• _Exercise_
Give the lines below again exactly, starting with the line that holds "#175=AXIS2_PLACEMENT_3D('',#15,#63,#39);" and going on through the line that holds "#196=CARTESIAN_POINT('',(29.,86.,40.));".

Data records:
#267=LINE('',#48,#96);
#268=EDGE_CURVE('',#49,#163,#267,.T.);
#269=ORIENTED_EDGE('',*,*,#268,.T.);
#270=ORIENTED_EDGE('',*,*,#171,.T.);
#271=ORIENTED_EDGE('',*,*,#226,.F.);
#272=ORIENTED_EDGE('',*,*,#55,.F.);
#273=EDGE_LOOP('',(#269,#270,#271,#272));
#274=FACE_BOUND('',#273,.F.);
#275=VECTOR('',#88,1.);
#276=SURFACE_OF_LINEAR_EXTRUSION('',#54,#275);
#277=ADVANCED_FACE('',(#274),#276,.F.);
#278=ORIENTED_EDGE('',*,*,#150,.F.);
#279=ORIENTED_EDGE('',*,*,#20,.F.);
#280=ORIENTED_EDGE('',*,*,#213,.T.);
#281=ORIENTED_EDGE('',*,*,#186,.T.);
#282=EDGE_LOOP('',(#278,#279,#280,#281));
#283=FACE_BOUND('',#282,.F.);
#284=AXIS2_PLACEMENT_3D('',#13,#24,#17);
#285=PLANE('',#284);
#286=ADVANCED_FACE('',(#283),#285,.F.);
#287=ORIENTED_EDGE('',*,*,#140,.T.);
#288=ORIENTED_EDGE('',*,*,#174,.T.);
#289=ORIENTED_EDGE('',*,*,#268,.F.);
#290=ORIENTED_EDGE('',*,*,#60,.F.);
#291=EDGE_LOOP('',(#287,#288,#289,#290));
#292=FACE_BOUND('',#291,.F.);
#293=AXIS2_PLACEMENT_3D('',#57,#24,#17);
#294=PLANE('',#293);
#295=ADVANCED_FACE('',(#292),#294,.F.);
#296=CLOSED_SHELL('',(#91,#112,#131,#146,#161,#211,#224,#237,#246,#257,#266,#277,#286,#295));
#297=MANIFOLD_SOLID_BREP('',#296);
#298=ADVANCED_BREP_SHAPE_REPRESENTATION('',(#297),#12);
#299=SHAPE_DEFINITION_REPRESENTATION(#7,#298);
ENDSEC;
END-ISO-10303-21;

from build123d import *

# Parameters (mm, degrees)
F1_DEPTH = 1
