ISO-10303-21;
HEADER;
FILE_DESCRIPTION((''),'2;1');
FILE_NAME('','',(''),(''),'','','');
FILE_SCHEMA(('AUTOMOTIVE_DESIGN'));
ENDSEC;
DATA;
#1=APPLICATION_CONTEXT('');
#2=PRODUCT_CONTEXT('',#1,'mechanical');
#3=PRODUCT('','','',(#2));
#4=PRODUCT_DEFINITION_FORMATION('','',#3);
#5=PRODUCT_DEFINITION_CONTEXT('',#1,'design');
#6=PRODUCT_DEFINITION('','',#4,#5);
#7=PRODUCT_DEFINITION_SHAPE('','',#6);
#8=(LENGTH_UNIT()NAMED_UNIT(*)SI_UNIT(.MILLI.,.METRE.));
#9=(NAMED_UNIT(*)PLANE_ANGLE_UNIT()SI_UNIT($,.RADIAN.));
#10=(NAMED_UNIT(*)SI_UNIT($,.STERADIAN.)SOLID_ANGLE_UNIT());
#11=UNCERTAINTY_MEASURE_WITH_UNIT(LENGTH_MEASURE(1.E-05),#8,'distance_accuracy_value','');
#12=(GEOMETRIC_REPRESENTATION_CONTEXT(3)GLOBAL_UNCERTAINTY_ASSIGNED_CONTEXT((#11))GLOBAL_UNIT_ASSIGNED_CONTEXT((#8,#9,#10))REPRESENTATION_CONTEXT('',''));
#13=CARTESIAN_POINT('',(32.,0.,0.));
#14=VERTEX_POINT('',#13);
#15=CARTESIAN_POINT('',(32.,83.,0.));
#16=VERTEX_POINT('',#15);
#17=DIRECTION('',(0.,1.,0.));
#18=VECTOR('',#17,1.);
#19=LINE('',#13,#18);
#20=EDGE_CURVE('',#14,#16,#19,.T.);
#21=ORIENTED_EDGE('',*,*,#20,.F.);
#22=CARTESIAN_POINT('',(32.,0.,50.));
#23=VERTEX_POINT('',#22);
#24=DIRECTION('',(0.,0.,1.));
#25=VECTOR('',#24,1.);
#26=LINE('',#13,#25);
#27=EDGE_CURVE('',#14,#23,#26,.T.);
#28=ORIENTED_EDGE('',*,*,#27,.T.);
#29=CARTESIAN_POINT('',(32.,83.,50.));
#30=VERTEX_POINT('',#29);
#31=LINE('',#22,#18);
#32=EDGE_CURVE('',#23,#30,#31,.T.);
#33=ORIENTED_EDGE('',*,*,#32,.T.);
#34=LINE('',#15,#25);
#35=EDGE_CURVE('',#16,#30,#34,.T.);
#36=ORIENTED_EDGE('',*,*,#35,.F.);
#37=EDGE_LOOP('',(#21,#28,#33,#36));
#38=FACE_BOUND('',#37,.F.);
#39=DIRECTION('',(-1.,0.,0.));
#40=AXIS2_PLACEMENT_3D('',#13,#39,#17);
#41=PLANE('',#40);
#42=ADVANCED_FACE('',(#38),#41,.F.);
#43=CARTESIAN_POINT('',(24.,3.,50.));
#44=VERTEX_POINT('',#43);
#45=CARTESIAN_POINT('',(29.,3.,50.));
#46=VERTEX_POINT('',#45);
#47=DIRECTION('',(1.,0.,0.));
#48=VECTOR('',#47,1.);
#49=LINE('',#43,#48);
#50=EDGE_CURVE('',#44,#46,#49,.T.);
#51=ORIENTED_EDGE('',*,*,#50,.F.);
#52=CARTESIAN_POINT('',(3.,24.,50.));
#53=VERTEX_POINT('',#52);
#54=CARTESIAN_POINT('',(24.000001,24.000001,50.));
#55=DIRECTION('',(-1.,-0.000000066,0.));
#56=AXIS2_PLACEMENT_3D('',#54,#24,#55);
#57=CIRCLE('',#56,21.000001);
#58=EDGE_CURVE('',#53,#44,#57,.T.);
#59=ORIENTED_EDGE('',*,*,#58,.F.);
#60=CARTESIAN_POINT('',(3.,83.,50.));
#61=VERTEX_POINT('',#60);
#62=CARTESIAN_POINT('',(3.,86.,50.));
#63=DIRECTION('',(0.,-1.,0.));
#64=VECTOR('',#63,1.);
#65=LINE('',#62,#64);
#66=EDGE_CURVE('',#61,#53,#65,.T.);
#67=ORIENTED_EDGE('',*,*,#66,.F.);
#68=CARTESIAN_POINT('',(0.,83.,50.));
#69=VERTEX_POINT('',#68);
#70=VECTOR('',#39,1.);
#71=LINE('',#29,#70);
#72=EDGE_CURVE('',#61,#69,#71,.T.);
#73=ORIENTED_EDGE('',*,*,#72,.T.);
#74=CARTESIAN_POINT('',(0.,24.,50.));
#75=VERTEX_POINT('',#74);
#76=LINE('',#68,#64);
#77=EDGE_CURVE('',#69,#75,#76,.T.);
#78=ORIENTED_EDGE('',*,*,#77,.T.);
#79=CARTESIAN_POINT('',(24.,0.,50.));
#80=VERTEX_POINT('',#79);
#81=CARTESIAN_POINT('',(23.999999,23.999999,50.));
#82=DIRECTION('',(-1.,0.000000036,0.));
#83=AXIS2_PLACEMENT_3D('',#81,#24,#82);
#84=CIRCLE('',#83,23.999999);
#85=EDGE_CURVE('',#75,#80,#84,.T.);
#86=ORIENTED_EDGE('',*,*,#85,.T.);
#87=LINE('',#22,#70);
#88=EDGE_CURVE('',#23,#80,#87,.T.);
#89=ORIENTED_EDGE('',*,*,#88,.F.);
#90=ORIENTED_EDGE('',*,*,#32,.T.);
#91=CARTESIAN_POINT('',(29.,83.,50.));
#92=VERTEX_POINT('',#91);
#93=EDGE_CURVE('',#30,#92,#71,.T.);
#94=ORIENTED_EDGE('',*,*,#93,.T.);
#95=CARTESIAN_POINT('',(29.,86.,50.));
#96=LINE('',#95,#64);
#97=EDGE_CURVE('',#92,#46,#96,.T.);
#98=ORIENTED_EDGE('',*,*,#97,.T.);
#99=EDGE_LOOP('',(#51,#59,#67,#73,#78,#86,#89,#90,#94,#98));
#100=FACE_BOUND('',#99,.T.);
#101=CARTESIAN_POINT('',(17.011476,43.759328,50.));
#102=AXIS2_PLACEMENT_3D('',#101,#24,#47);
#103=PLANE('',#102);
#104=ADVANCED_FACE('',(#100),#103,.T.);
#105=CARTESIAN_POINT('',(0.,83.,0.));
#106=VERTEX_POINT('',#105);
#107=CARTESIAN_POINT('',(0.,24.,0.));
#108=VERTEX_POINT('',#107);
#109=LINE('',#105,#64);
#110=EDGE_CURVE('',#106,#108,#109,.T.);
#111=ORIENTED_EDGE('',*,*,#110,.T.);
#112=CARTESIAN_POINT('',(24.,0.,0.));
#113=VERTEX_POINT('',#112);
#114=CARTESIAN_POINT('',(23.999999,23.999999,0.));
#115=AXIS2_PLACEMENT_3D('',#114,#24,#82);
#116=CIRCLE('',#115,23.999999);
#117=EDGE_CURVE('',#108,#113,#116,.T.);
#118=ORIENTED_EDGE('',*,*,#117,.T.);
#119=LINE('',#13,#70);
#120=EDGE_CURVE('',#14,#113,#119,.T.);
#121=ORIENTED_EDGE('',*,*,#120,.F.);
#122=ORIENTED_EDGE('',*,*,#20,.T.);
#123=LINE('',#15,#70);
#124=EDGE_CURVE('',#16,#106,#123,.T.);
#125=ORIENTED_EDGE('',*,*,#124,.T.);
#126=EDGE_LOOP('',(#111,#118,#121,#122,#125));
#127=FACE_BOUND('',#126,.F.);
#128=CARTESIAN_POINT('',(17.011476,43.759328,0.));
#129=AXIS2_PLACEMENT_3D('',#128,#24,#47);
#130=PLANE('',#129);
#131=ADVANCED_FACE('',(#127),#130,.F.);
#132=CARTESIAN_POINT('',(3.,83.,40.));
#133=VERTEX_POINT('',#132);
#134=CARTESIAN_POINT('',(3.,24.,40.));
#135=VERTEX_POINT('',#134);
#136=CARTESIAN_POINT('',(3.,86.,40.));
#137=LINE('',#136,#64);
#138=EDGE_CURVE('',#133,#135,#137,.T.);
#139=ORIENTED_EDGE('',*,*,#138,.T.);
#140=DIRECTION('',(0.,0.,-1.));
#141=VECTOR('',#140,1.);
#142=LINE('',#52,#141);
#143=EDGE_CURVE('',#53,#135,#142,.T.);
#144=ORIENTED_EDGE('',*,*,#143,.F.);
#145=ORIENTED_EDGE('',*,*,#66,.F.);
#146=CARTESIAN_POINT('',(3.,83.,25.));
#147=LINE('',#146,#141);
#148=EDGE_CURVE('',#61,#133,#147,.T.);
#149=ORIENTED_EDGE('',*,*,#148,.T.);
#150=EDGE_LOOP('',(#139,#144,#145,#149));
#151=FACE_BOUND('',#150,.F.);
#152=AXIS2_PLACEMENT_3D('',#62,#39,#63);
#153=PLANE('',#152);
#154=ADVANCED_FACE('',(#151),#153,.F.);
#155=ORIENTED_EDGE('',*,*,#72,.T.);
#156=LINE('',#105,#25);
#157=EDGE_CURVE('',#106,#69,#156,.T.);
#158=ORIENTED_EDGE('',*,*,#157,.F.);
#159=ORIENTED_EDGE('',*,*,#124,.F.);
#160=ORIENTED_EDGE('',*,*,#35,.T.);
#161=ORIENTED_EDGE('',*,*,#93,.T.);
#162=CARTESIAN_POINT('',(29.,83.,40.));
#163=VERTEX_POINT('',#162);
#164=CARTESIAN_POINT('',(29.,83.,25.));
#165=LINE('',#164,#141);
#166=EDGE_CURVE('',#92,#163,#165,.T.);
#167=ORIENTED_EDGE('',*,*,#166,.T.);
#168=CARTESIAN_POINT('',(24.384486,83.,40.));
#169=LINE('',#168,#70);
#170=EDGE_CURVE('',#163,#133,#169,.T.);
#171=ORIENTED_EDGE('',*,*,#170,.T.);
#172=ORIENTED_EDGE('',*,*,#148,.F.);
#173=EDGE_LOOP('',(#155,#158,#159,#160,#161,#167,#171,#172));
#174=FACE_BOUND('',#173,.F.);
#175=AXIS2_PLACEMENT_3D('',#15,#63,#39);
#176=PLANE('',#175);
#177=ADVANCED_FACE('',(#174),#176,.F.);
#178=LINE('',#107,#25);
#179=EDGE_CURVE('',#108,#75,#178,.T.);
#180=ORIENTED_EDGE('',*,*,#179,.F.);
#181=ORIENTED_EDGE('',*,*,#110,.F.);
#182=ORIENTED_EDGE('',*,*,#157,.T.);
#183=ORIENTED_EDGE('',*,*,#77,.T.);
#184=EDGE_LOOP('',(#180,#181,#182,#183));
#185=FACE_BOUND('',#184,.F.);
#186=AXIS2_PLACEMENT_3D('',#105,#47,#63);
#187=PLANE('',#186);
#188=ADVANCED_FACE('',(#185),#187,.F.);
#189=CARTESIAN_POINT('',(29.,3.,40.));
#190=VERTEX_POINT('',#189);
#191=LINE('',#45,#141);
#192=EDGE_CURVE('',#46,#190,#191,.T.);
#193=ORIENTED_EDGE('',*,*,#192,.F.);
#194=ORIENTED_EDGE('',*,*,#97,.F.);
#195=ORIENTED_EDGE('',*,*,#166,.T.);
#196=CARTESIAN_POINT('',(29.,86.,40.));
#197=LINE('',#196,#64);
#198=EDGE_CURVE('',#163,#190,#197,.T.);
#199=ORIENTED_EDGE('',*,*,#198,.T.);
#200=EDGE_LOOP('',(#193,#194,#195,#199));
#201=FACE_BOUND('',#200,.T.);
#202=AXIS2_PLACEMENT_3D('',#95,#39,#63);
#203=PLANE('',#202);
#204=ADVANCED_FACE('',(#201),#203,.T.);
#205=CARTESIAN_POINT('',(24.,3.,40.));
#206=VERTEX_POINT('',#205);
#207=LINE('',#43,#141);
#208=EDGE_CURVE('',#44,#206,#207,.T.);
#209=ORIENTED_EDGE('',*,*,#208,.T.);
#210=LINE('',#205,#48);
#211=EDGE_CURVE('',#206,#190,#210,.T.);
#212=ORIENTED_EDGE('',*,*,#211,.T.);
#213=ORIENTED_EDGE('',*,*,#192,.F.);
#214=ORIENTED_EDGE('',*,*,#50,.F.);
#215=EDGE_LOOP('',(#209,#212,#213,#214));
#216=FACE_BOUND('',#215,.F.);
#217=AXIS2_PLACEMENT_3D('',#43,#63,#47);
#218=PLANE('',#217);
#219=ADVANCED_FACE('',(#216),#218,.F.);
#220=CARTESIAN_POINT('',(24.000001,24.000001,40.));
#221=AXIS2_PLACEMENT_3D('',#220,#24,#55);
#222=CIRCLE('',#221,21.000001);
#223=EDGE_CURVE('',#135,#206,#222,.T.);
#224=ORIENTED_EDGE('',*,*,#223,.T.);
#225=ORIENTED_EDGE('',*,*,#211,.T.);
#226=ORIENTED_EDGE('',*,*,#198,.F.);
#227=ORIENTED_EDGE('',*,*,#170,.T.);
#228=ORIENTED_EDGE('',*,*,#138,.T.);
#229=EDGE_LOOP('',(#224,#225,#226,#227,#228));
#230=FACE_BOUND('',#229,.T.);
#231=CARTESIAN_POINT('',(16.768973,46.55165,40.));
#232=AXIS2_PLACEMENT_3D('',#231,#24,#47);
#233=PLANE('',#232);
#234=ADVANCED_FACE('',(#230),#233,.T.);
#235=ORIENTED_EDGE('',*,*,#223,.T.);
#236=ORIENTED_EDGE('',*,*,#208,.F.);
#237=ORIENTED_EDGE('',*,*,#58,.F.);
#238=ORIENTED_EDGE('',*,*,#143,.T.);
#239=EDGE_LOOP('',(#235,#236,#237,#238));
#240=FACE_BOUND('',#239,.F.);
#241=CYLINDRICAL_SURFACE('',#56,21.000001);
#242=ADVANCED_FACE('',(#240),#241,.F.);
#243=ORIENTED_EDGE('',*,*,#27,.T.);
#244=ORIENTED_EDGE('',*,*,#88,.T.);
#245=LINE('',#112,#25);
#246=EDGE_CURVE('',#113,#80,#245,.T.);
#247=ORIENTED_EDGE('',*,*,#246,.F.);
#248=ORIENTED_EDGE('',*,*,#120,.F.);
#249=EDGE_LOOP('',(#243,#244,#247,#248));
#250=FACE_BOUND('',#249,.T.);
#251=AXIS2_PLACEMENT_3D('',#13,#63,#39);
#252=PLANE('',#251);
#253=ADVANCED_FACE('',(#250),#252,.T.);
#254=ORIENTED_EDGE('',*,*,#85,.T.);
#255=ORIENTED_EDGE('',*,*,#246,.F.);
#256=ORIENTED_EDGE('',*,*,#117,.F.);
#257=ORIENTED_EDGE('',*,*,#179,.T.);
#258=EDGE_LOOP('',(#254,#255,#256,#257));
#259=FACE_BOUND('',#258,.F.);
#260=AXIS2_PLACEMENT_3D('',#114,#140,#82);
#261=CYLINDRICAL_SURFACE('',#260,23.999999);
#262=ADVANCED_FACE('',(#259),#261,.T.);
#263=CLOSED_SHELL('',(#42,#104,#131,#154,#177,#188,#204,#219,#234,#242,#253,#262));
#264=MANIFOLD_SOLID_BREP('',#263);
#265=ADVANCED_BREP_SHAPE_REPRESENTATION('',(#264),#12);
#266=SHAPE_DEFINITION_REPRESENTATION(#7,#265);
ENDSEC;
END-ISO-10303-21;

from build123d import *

# Parameters (mm, degrees)
PAD_DEPTH    = 50
POCKET_DEPTH = 10


with BuildPart() as part:
    # Sketch → Pad (new body)
    with BuildSketch(Plane.XY):
        with BuildLine():
            Line((32, 0), (32, 83))
            Line((32, 83), (0, 83))
            Line((0, 83), (0, 24))
            ThreePointArc((0, 24), (7.029437, 7.029437), (24, 0))
            Line((32, 0), (24, 0))
        make_face()
    extrude(amount=PAD_DEPTH)

    # Sketch001 (on Face7 of Pad) → Pocket (cut)
    with BuildSketch(Plane.XY.offset(50)):
        with BuildLine():
            Line((3, 86), (3, 24))
            ThreePointArc((3, 24), (9.150758, 9.150758), (24, 3))
            Line((24, 3), (29, 3))
            Line((29, 86), (29, 3))
            Line((3, 86), (29, 86))
        make_face()
    extrude(amount=-POCKET_DEPTH, mode=Mode.SUBTRACT)


solid = part.part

• _Problem solution_
#175=AXIS2_PLACEMENT_3D('',#15,#63,#39);
#176=PLANE('',#175);
#177=ADVANCED_FACE('',(#174),#176,.F.);
#178=LINE('',#107,#25);
#179=EDGE_CURVE('',#108,#75,#178,.T.);
#180=ORIENTED_EDGE('',*,*,#179,.F.);
#181=ORIENTED_EDGE('',*,*,#110,.F.);
#182=ORIENTED_EDGE('',*,*,#157,.T.);
#183=ORIENTED_EDGE('',*,*,#77,.T.);
#184=EDGE_LOOP('',(#180,#181,#182,#183));
#185=FACE_BOUND('',#184,.F.);
#186=AXIS2_PLACEMENT_3D('',#105,#47,#63);
#187=PLANE('',#186);
#188=ADVANCED_FACE('',(#185),#187,.F.);
#189=CARTESIAN_POINT('',(29.,3.,40.));
#190=VERTEX_POINT('',#189);
#191=LINE('',#45,#141);
#192=EDGE_CURVE('',#46,#190,#191,.T.);
#193=ORIENTED_EDGE('',*,*,#192,.F.);
#194=ORIENTED_EDGE('',*,*,#97,.F.);
#195=ORIENTED_EDGE('',*,*,#166,.T.);
#196=CARTESIAN_POINT('',(29.,86.,40.));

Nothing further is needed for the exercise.